*** MATERIAL PROVIDED

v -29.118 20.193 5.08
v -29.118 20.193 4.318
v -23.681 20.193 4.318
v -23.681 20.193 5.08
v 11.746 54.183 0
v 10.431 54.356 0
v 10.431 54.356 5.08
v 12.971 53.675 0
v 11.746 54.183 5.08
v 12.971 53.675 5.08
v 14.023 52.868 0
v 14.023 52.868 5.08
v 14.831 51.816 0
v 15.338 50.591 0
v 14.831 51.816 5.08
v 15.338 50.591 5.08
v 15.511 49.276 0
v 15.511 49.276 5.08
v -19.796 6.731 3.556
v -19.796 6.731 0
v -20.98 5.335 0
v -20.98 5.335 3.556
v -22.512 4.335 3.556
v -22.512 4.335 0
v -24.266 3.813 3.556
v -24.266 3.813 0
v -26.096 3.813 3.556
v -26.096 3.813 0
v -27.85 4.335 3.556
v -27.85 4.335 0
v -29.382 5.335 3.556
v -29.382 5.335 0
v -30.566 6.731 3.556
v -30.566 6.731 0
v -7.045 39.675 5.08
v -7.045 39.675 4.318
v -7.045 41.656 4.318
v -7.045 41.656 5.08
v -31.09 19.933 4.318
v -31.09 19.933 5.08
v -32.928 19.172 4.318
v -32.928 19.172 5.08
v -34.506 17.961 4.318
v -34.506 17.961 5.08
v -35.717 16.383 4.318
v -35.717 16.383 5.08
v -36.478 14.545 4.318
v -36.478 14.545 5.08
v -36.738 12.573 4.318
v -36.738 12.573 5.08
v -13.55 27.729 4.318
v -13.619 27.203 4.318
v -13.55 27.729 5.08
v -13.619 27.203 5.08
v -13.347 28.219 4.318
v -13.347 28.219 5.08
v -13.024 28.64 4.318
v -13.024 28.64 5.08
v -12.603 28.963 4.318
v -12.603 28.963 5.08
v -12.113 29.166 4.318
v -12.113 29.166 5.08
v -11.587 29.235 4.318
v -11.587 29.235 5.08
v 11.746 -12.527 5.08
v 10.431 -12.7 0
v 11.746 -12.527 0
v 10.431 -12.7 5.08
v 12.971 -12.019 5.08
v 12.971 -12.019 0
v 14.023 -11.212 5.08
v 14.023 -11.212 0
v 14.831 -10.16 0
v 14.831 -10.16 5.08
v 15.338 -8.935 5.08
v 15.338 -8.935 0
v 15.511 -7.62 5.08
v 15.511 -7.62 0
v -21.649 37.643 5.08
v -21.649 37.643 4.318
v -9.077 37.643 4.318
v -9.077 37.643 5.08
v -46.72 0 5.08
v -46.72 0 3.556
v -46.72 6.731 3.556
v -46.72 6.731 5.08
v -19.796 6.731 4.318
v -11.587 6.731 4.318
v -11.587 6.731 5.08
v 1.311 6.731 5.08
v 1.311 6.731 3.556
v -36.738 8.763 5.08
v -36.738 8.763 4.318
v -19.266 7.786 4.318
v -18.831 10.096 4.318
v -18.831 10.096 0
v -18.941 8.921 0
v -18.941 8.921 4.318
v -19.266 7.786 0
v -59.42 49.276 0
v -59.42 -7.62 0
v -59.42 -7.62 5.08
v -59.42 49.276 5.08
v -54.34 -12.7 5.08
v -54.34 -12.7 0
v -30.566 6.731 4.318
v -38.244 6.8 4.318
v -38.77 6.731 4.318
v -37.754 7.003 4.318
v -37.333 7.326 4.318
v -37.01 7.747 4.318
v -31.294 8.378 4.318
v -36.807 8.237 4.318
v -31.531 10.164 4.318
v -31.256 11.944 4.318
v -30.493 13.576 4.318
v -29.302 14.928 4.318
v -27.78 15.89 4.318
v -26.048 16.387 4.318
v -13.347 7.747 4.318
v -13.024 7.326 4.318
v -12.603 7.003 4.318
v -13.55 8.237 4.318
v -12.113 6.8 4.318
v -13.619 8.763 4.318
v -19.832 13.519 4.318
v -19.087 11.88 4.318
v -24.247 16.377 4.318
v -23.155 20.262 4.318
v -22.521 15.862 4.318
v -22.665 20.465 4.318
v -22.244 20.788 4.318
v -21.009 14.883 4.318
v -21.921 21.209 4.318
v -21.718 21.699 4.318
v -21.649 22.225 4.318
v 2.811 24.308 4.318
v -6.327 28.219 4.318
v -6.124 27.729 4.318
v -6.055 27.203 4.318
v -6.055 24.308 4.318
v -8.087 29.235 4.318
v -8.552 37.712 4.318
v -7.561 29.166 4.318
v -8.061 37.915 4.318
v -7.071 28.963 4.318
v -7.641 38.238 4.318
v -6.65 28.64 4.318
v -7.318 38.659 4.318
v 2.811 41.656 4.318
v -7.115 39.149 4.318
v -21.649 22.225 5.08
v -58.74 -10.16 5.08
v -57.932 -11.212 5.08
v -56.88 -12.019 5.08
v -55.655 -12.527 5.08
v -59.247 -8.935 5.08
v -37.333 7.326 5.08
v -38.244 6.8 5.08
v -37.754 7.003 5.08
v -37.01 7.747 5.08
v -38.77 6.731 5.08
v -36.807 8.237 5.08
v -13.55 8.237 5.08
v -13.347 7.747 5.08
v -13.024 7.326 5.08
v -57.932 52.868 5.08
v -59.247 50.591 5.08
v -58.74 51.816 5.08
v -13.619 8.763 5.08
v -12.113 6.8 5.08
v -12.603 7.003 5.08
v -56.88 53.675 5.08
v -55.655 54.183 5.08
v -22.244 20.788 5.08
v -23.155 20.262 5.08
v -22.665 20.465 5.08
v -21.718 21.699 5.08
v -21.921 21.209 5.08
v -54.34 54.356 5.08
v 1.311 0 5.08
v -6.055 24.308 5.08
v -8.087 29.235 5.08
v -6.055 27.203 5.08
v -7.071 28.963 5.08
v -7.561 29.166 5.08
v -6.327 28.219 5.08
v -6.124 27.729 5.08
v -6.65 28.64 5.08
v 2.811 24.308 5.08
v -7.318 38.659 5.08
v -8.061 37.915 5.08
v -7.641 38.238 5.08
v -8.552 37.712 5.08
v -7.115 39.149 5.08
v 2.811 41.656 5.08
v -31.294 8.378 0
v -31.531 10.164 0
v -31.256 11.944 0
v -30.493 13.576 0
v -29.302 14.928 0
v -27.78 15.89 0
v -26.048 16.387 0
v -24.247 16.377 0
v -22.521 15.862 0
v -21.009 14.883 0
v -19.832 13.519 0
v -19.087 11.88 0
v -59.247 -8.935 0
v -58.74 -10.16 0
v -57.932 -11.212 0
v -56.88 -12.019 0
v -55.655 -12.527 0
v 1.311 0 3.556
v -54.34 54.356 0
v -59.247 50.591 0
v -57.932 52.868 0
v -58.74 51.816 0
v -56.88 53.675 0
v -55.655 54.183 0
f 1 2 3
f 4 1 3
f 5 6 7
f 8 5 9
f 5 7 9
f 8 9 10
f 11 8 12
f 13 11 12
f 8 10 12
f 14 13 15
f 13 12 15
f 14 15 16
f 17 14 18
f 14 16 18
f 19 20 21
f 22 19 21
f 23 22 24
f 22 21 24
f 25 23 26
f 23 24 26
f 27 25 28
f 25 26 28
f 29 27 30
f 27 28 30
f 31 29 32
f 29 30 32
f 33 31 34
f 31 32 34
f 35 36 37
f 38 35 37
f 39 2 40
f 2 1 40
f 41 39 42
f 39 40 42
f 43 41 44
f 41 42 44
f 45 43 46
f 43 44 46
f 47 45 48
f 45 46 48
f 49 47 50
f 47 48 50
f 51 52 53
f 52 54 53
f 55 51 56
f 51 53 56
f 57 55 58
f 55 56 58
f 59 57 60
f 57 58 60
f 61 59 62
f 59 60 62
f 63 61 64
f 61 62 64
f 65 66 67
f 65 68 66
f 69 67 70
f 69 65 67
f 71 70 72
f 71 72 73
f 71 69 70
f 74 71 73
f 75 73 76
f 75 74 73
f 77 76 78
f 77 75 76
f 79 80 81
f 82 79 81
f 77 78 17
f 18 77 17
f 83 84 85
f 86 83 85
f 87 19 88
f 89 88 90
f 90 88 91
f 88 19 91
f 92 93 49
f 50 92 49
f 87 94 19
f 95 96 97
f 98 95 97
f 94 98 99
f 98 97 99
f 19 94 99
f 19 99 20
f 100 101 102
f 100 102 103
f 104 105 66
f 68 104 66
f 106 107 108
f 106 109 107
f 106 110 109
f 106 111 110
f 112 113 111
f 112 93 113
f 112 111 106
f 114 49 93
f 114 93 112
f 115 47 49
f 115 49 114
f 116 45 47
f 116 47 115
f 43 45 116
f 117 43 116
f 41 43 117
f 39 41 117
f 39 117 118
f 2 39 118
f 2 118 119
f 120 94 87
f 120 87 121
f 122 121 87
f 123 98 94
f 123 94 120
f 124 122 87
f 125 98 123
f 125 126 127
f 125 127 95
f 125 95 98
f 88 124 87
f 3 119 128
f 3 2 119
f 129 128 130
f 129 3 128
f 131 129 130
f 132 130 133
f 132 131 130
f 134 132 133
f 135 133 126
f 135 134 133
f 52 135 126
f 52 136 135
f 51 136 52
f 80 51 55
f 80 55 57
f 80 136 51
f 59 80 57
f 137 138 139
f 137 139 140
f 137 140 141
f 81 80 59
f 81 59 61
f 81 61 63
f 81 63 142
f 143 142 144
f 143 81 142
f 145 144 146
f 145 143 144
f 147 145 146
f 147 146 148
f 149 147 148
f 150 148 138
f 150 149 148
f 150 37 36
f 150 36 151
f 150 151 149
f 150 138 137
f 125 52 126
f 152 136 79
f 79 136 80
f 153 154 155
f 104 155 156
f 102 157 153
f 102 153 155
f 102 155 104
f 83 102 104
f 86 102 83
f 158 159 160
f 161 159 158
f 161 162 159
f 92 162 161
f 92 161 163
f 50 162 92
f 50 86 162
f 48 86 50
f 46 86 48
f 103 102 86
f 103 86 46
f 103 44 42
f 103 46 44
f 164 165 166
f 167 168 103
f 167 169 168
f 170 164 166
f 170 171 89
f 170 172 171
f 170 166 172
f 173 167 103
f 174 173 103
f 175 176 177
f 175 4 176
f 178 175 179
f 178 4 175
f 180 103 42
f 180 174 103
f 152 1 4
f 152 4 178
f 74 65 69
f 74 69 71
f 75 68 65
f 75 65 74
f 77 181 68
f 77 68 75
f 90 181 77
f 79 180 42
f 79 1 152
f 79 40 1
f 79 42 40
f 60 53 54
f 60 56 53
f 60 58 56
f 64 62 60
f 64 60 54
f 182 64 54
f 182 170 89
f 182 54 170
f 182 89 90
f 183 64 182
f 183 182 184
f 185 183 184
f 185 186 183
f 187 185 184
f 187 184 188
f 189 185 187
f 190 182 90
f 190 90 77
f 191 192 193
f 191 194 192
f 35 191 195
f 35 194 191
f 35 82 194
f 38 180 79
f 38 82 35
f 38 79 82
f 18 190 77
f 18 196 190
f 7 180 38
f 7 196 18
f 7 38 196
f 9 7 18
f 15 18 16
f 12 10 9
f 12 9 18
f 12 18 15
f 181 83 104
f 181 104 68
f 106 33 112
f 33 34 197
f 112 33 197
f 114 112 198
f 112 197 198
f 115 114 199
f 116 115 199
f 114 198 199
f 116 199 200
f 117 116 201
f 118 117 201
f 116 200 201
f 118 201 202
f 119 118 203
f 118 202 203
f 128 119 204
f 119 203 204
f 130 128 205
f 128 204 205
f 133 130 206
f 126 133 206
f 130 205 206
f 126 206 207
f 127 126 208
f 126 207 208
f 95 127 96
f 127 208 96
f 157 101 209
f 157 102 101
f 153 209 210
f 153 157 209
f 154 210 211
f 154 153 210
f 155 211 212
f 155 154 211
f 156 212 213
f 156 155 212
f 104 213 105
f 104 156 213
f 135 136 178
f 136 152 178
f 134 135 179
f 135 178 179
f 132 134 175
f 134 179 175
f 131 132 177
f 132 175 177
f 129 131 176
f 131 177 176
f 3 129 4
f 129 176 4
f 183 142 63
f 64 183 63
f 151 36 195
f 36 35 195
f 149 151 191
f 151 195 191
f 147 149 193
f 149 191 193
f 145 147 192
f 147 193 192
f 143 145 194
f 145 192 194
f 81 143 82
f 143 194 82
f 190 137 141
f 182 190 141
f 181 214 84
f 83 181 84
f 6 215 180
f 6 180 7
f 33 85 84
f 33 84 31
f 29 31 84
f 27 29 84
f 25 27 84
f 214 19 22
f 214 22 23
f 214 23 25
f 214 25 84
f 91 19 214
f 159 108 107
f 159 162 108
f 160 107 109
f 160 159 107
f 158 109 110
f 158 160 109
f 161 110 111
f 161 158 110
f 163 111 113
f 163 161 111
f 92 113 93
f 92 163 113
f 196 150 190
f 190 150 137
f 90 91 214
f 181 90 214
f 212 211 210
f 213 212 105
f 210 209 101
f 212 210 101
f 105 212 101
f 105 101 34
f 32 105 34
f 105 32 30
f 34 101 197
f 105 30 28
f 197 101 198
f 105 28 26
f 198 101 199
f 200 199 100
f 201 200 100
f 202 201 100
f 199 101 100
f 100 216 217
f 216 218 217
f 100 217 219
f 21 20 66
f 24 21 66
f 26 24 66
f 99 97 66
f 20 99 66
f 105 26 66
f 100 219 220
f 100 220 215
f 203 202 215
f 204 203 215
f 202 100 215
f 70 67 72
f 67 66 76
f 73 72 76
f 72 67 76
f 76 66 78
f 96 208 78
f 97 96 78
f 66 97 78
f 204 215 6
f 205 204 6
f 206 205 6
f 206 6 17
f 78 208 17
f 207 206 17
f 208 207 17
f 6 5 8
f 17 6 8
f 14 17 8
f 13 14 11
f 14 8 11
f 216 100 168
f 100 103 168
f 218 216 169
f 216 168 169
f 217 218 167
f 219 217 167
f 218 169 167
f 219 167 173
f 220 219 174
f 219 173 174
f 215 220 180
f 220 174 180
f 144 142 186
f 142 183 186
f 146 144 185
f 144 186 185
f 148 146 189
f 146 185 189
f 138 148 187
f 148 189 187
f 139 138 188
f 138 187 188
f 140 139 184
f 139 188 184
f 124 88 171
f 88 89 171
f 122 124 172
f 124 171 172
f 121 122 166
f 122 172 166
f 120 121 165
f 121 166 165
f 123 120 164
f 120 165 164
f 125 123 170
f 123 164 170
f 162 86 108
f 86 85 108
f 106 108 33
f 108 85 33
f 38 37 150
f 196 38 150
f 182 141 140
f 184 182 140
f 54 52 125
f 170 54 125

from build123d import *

# Parameters (mm, degrees)
F1_DEPTH = 4.318
F0_W     = 74.9314
F0_H     = 67.056
F2_DEPTH = 5.08
F3_DEPTH = 3.556
F4_R     = 2.032
F5_R     = 7.62
F6_R     = 5.08


# Not quite as in the source:
# - a feature names something its author has since deleted; it is built from what else it names


with BuildPart() as f1:
    # F0 (on Top) → F1 (new body)
    with BuildSketch(Plane.XY):
        with BuildLine():
            Line((2.8111794461, 24.3078), (2.8111794461, 41.656))
            Line((2.8111794461, 41.656), (-7.0454205539, 41.656))
            Line((-7.0454205539, 41.656), (-7.0454205539, 37.6428))
            Line((-7.0454205539, 37.6428), (-21.6488205539, 37.6428))
            Line((-21.6488205539, 37.6428), (-21.6488205539, 20.193))
            Line((-21.6488205539, 20.193), (-36.7380205539, 20.193))
            Line((-36.7380205539, 20.193), (-36.7380205539, 6.731))
            Line((-36.7380205539, 6.731), (-30.5658055774, 6.731))
            ThreePointArc((-30.5658055774, 6.731), (-26.9316083266, 16.200428444), (-18.8310205539, 10.0965))
            ThreePointArc((-18.8310205539, 10.0965), (-19.0770921098, 8.3459122272), (-19.7962355303, 6.731))
            Line((-19.7962355303, 6.731), (-13.6188205539, 6.731))
            Line((-13.6188205539, 6.731), (-13.6188205539, 29.2354))
            Line((-13.6188205539, 29.2354), (-6.0548205539, 29.2354))
            Line((-6.0548205539, 29.2354), (-6.0548205539, 24.3078))
            Line((-6.0548205539, 24.3078), (2.8111794461, 24.3078))
        make_face()
    extrude(amount=F1_DEPTH)

    # F0 (on Top) → F2 (join)
    with BuildSketch(Plane.XY):
        with Locations((-21.9545205539, 20.828)):
            Rectangle(F0_W, F0_H)
        Polygon((-7.0454205539, 41.656), (2.8111794461, 41.656), (2.8111794461, 24.3078), (-6.0548205539, 24.3078), (-6.0548205539, 29.2354), (-13.6188205539, 29.2354), (-13.6188205539, 6.731), (1.3111794461, 6.731), (1.3111794461, 0), (-46.7202205539, 0), (-46.7202205539, 6.731), (-36.7380205539, 6.731), (-36.7380205539, 20.193), (-21.6488205539, 20.193), (-21.6488205539, 37.6428), (-7.0454205539, 37.6428), align=None, mode=Mode.SUBTRACT)
    extrude(amount=F2_DEPTH)

    # F0 (on Top) → F3 (join)
    with BuildSketch(Plane.XY):
        with BuildLine():
            Line((1.3111794461, 6.731), (-13.6188205539, 6.731))
            Line((-13.6188205539, 6.731), (-19.7962355303, 6.731))
            ThreePointArc((-19.7962355303, 6.731), (-25.1810205539, 3.7465), (-30.5658055774, 6.731))
            Line((-30.5658055774, 6.731), (-36.7380205539, 6.731))
            Line((-36.7380205539, 6.731), (-46.7202205539, 6.731))
            Line((-46.7202205539, 6.731), (-46.7202205539, 0))
            Line((-46.7202205539, 0), (1.3111794461, 0))
            Line((1.3111794461, 0), (1.3111794461, 6.731))
        make_face()
    extrude(amount=F3_DEPTH)

    # F4
    f4_edges = [f1.edges().sort_by_distance(p)[0] for p in [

******

**EXERCISE GOAL**:
Your answer must consist solely of the lines above between the line holding "f 145 143 144" and the line holding "f 149 191 193", inclusive, copied exactly.

**ANSWER TO THE PROBLEM**:
f 145 143 144
f 147 145 146
f 147 146 148
f 149 147 148
f 150 148 138
f 150 149 148
f 150 37 36
f 150 36 151
f 150 151 149
f 150 138 137
f 125 52 126
f 152 136 79
f 79 136 80
f 153 154 155
f 104 155 156
f 102 157 153
f 102 153 155
f 102 155 104
f 83 102 104
f 86 102 83
f 158 159 160
f 161 159 158
f 161 162 159
f 92 162 161
f 92 161 163
f 50 162 92
f 50 86 162
f 48 86 50
f 46 86 48
f 103 102 86
f 103 86 46
f 103 44 42
f 103 46 44
f 164 165 166
f 167 168 103
f 167 169 168
f 170 164 166
f 170 171 89
f 170 172 171
f 170 166 172
f 173 167 103
f 174 173 103
f 175 176 177
f 175 4 176
f 178 175 179
f 178 4 175
f 180 103 42
f 180 174 103
f 152 1 4
f 152 4 178
f 74 65 69
f 74 69 71
f 75 68 65
f 75 65 74
f 77 181 68
f 77 68 75
f 90 181 77
f 79 180 42
f 79 1 152
f 79 40 1
f 79 42 40
f 60 53 54
f 60 56 53
f 60 58 56
f 64 62 60
f 64 60 54
f 182 64 54
f 182 170 89
f 182 54 170
f 182 89 90
f 183 64 182
f 183 182 184
f 185 183 184
f 185 186 183
f 187 185 184
f 187 184 188
f 189 185 187
f 190 182 90
f 190 90 77
f 191 192 193
f 191 194 192
f 35 191 195
f 35 194 191
f 35 82 194
f 38 180 79
f 38 82 35
f 38 79 82
f 18 190 77
f 18 196 190
f 7 180 38
f 7 196 18
f 7 38 196
f 9 7 18
f 15 18 16
f 12 10 9
f 12 9 18
f 12 18 15
f 181 83 104
f 181 104 68
f 106 33 112
f 33 34 197
f 112 33 197
f 114 112 198
f 112 197 198
f 115 114 199
f 116 115 199
f 114 198 199
f 116 199 200
f 117 116 201
f 118 117 201
f 116 200 201
f 118 201 202
f 119 118 203
f 118 202 203
f 128 119 204
f 119 203 204
f 130 128 205
f 128 204 205
f 133 130 206
f 126 133 206
f 130 205 206
f 126 206 207
f 127 126 208
f 126 207 208
f 95 127 96
f 127 208 96
f 157 101 209
f 157 102 101
f 153 209 210
f 153 157 209
f 154 210 211
f 154 153 210
f 155 211 212
f 155 154 211
f 156 212 213
f 156 155 212
f 104 213 105
f 104 156 213
f 135 136 178
f 136 152 178
f 134 135 179
f 135 178 179
f 132 134 175
f 134 179 175
f 131 132 177
f 132 175 177
f 129 131 176
f 131 177 176
f 3 129 4
f 129 176 4
f 183 142 63
f 64 183 63
f 151 36 195
f 36 35 195
f 149 151 191
f 151 195 191
f 147 149 193
f 149 191 193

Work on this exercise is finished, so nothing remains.